«Anche se fosse vero non vale per tutti»

Marisa de Moliner

Non un miracolo, piuttosto una bufala. Lo scetticismo pervade il mondo scientifico alla notizia della presunta guarigione del venticinquenne inglese. E uno dei maggiori esperti nella lotta all’Aids non esce dal coro. Senza mezze misure il professor Mauro Moroni, docente di Malattie infettive all’Università degli Studi di Milano - autore di almeno 300 pubblicazioni e contributi a congressi nazionali e internazionali, direttore dell’Istituto di malattie infettive e tropicali sempre nella stessa università milanese, membro delle commissioni della Regione Lombardia sulle malattie infettive e contro l’Hiv - non esita a bollare come non credibile la «straordinaria e unica» guarigione. «Di questa storia non ne so assolutamente nulla ma mi pare assolutamente inattendibile» dichiara il professore che dirige anche la Terza clinica malattie infettive dell’ospedale Sacco di Milano.
Moroni insisteo: «Per giudicare bisogna conoscerne di più, sapere a quali esami è stato sottoposto il paziente, anche se la fonte della notizia (il giornale News of the World) non mi sembra molto attendibile». Le notizie rimbalzate dalla Gran Bretagna non sono in effetti accompagnate da dati clinici.

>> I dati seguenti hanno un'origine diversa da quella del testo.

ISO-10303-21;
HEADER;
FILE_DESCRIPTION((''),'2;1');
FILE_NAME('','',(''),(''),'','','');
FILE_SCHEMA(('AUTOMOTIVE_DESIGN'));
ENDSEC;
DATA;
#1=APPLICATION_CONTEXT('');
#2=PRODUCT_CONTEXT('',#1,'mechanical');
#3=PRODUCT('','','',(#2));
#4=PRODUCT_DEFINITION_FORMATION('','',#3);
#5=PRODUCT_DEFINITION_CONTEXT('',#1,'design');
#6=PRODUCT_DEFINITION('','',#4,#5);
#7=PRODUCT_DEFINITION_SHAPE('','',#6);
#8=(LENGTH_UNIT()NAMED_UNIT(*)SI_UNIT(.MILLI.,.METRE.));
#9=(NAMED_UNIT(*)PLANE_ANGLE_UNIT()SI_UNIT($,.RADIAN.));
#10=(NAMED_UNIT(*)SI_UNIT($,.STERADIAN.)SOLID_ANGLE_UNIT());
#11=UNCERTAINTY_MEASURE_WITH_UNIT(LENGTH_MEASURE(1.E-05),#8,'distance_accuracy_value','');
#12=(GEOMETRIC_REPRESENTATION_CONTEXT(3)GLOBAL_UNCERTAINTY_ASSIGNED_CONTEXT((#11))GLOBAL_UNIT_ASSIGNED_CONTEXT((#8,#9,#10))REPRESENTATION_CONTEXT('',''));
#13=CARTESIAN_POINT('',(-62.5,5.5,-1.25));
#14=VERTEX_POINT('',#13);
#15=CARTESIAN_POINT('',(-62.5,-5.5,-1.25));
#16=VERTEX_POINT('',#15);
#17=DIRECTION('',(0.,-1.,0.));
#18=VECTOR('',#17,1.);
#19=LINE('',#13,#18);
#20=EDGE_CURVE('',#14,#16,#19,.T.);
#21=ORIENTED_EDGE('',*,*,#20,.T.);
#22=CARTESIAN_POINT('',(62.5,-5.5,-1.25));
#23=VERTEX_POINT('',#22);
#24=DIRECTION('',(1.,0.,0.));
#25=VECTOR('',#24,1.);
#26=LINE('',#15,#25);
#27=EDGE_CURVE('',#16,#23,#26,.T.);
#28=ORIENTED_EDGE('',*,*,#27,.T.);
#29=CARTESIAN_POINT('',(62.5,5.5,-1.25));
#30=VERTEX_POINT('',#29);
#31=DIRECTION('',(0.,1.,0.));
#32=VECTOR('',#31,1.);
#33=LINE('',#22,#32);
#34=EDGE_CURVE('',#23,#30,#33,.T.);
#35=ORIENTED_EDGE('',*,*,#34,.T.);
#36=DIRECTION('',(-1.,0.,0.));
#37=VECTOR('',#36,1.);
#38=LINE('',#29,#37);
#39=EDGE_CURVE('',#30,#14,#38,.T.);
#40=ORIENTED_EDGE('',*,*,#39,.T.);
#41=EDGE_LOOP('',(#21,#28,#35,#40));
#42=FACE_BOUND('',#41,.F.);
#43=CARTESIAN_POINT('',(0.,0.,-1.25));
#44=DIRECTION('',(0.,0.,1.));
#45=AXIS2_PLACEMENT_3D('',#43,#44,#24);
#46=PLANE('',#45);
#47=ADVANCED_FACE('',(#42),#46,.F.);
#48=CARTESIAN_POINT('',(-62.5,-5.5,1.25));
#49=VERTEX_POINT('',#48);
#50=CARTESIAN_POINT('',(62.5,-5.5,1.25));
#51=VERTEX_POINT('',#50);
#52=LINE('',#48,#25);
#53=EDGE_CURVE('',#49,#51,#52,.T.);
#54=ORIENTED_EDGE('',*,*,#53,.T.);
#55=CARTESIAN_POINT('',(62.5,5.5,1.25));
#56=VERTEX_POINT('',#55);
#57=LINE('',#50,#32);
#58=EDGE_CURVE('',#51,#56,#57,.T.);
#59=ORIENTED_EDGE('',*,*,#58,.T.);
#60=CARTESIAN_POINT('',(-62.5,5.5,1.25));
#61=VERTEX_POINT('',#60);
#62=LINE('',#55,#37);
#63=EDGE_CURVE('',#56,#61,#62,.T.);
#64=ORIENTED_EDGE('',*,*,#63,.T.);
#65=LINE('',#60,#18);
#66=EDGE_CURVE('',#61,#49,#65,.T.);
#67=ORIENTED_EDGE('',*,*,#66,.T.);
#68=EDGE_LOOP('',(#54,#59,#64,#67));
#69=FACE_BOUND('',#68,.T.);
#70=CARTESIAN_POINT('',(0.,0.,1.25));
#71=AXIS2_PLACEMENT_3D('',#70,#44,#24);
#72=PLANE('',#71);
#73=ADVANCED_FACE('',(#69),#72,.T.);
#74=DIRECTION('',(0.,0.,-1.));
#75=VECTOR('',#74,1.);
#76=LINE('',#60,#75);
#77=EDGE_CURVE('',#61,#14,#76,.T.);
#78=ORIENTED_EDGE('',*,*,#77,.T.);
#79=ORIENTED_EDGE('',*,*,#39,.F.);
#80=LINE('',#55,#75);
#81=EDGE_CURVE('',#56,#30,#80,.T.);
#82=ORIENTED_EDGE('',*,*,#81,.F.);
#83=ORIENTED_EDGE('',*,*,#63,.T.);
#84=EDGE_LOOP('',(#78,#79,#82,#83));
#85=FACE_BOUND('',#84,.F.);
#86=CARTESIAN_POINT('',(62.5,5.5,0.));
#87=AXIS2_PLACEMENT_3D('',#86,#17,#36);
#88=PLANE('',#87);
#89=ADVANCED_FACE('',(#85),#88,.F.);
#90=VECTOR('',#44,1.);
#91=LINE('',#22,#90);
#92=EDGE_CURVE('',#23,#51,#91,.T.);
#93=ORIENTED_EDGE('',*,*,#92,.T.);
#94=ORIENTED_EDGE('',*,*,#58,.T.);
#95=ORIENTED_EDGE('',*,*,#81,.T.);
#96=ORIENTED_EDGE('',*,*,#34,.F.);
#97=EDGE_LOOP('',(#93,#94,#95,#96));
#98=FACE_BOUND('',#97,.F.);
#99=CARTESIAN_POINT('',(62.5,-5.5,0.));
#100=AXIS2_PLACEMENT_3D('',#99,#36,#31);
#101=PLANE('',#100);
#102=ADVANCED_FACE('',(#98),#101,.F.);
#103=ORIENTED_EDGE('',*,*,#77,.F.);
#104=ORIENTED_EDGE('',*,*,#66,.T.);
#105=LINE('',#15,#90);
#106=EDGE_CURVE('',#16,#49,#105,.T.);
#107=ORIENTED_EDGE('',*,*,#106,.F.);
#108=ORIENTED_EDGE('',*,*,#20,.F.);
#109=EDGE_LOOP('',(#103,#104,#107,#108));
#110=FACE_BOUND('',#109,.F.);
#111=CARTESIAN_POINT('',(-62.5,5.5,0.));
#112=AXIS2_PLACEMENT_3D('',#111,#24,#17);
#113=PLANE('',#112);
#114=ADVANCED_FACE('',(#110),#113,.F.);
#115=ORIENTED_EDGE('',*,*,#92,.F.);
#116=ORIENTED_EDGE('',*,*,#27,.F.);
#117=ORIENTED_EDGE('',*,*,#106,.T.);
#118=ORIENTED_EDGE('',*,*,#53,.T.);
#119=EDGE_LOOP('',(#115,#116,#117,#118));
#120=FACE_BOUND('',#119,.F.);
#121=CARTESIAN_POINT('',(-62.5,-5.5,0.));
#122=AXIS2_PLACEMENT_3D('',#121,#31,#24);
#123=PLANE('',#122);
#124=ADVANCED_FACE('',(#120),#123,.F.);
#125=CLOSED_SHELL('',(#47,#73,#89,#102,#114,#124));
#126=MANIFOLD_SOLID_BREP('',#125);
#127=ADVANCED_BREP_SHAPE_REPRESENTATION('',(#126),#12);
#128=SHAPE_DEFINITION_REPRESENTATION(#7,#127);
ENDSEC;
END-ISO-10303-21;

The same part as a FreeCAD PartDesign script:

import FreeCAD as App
import Part
import Sketcher
from FreeCAD import Vector

doc = App.newDocument("Part")
params = doc.addObject("Spreadsheet::Sheet", "Params")
for row, (alias, value) in enumerate([
    ("sketch1_width", "125 mm"),
    ("sketch1_height", "11 mm"),
    ("pad1_length", "2.5 mm"),
], start=1):
    params.set(f"A{row}", alias)
    params.set(f"B{row}", "=" + value)
    params.setAlias(f"B{row}", alias)

body = doc.addObject("PartDesign::Body", "Body")

sketch1 = body.newObject("Sketcher::SketchObject", "Sketch")
sketch1.AttachmentSupport = (doc.getObject("XY_Plane"), [""])
sketch1.MapMode = "FlatFace"
sketch1.addGeometry(Part.LineSegment(Vector(-62.5, 5.5, 0), Vector(-62.5, -5.5, 0)), False)
sketch1.addGeometry(Part.LineSegment(Vector(-62.5, -5.5, 0), Vector(62.5, -5.5, 0)), False)
sketch1.addGeometry(Part.LineSegment(Vector(62.5, -5.5, 0), Vector(62.5, 5.5, 0)), False)
sketch1.addGeometry(Part.LineSegment(Vector(62.5, 5.5, 0), Vector(-62.5, 5.5, 0)), False)
sketch1.addConstraint(Sketcher.Constraint("Coincident", 0, 2, 1, 1))
sketch1.addConstraint(Sketcher.Constraint("Coincident", 1, 2, 2, 1))
sketch1.addConstraint(Sketcher.Constraint("Coincident", 2, 2, 3, 1))
sketch1.addConstraint(Sketcher.Constraint("Coincident", 3, 2, 0, 1))
sketch1.addConstraint(Sketcher.Constraint("Vertical", 0))
sketch1.addConstraint(Sketcher.Constraint("Horizontal", 1))
sketch1.addConstraint(Sketcher.Constraint("Vertical", 2))
sketch1.addConstraint(Sketcher.Constraint("Horizontal", 3))
sketch1.addConstraint(Sketcher.Constraint("Symmetric", 0, 2, 2, 2, -1, 1))
sketch1.addConstraint(Sketcher.Constraint("DistanceX", 1, 1, 1, 2, 125.0))
sketch1.addConstraint(Sketcher.Constraint("DistanceY", 0, 2, 0, 1, 11.0))
sketch1.setExpression("Constraints[9]", "Params.sketch1_width")
sketch1.setExpression("Constraints[10]", "Params.sketch1_height")
pad1 = body.newObject("PartDesign::Pad", "Pad")
pad1.Profile = sketch1
pad1.setExpression("Length", "Params.pad1_length")
pad1.Midplane = True

doc.recompute()
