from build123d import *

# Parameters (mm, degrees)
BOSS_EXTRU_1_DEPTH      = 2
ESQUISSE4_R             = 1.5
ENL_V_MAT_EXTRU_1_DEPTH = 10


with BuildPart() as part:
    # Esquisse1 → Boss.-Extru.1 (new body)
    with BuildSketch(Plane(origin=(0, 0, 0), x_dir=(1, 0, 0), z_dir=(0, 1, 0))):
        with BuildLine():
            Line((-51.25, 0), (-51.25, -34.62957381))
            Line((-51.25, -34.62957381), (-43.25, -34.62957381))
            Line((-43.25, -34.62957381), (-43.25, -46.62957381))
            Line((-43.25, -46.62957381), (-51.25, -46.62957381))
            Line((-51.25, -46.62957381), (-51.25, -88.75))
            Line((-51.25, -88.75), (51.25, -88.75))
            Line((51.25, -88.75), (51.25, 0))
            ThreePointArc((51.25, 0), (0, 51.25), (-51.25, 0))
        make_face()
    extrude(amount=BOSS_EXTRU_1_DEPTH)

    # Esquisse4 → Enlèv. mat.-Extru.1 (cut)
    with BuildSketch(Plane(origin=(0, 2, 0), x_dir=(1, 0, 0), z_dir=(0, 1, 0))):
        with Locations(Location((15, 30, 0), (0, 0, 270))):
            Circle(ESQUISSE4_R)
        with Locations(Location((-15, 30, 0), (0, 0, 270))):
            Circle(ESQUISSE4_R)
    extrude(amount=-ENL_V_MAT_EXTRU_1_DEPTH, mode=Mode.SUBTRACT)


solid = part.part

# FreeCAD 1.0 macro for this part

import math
import FreeCAD as App
import Part
import Sketcher
Q = App.Units.Quantity

doc = App.newDocument("Part")
body = doc.addObject("PartDesign::Body", "Body")

# Sketch on XZ plane
sketch1 = body.newObject("Sketcher::SketchObject", "Sketch")
sketch1.AttachmentSupport = (doc.getObject("XZ_Plane"), [""])
sketch1.MapMode = "FlatFace"
sketch1.addGeometry([
    Part.LineSegment(App.Vector(-51, 0, 0), App.Vector(-51, 35, 0)),  # 0
    Part.LineSegment(App.Vector(-51, 35, 0), App.Vector(-43, 35, 0)),  # 1
    Part.LineSegment(App.Vector(-43, 35, 0), App.Vector(-43, 47, 0)),  # 2
    Part.LineSegment(App.Vector(-43, 47, 0), App.Vector(-51, 47, 0)),  # 3
    Part.LineSegment(App.Vector(-51, 47, 0), App.Vector(-51, 89, 0)),  # 4
    Part.LineSegment(App.Vector(-51, 89, 0), App.Vector(51, 89, 0)),  # 5
    Part.LineSegment(App.Vector(51, 89, 0), App.Vector(51, 0, 0)),  # 6
    Part.ArcOfCircle(Part.Circle(App.Vector(0, 0, 0), App.Vector(0, 0, 1), 51), math.radians(180), math.radians(360)),  # 7
], False)
sketch1.addConstraint([
    Sketcher.Constraint("Coincident", 0, 2, 1, 1),
    Sketcher.Constraint("Coincident", 1, 2, 2, 1),
    Sketcher.Constraint("Coincident", 2, 2, 3, 1),
    Sketcher.Constraint("Coincident", 3, 2, 4, 1),
    Sketcher.Constraint("Coincident", 4, 2, 5, 1),
    Sketcher.Constraint("Coincident", 5, 2, 6, 1),
    Sketcher.Constraint("Tangent", 6, 2, 7, 2),
    Sketcher.Constraint("Tangent", 7, 1, 0, 1),
    Sketcher.Constraint("Vertical", 0),
    Sketcher.Constraint("Horizontal", 1),
    Sketcher.Constraint("Vertical", 2),
    Sketcher.Constraint("Horizontal", 3),
    Sketcher.Constraint("Vertical", 4),
    Sketcher.Constraint("Horizontal", 5),
    Sketcher.Constraint("Vertical", 6),
    Sketcher.Constraint("Coincident", 7, 3, -1, 1),
    Sketcher.Constraint("Vertical", 0, 2, 3, 2),
    Sketcher.Constraint("DistanceX", 1, 1, 1, 2, Q("8 mm")),
    Sketcher.Constraint("DistanceY", 2, 1, 2, 2, Q("12 mm")),
    Sketcher.Constraint("Radius", 7, Q("51.25 mm")),
    Sketcher.Constraint("DistanceY", 6, 2, 6, 1, Q("88.75 mm")),
    Sketcher.Constraint("DistanceY", 0, 1, 0, 2, Q("34.629574 mm")),
])
pad1 = body.newObject("PartDesign::Pad", "Pad")
pad1.Profile = sketch1
pad1.Length = 2
pad1.Reversed = True

# Sketch on XZ plane
sketch2 = body.newObject("Sketcher::SketchObject", "Sketch001")
sketch2.AttachmentSupport = (doc.getObject("XZ_Plane"), [""])
sketch2.MapMode = "FlatFace"
sketch2.AttachmentOffset = App.Placement(App.Vector(0, 0, -2), App.Rotation())
sketch2.addGeometry([
    Part.Circle(App.Vector(15, -30, 0), App.Vector(0, 0, 1), 1.5),
    Part.Circle(App.Vector(-15, -30, 0), App.Vector(0, 0, 1), 1.5),
], False)
sketch2.addConstraint([
    Sketcher.Constraint("Equal", 0, 1),
    Sketcher.Constraint("Symmetric", 0, 3, 1, 3, -2),
    Sketcher.Constraint("Diameter", 0, Q("3 mm")),
    Sketcher.Constraint("DistanceX", -1, 1, 0, 3, Q("15 mm")),
    Sketcher.Constraint("DistanceY", 0, 3, -1, 1, Q("30 mm")),
])
pocket1 = body.newObject("PartDesign::Pocket", "Pocket")
pocket1.Profile = sketch2
pocket1.Length = 10
pocket1.Reversed = True

doc.recompute()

L’unico supporto, ma troppo fiacco per gli esperti, è la dichiarazione di un portavoce del Chelsea and Westminster Healtcare Trust di Londra. Una dichiarazione laconica che ammette soltanto il fatto che il paziente è risultato negativo a quattordici mesi dal test. «È troppo poco per azzardare un’ipotesi - spiega ancora -, non resta che prendere quest’annuncio come una buona notizia e niente di più». Per l’esperto milanese la vicenda non merita di più e alla domanda se una notizia come questa non rischi di fare danni tra i malati, inducendoli ad abbandonare le cure con la speranza d’emulare il giovane inglese. «Assolutamente no - è sicuro Mauro Moroni -, questo è un rischio che non si corre. Ogni situazione è un caso a sé. E i pazienti lo sanno bene. Le persone sieropositive sono coscienti del fatto che s’abbassano le difese immunitarie e si alza la carica virale e non pensano certo ad abbandonare le cure».

Ma ci sono rischi gravi per una persona che per quattordici mesi non si cura? «Per la verità ci sono persone che stanno cinque, sei e anche dieci anni, senza sentirne la necessità». Ma che succede se i quattordici mesi trascorrono dal test che fa scoprire d’essere positivo all’Hiv? Moroni conclude: «Se la persona è stata appena infettata niente, ma se è già malata rischia davvero tanto».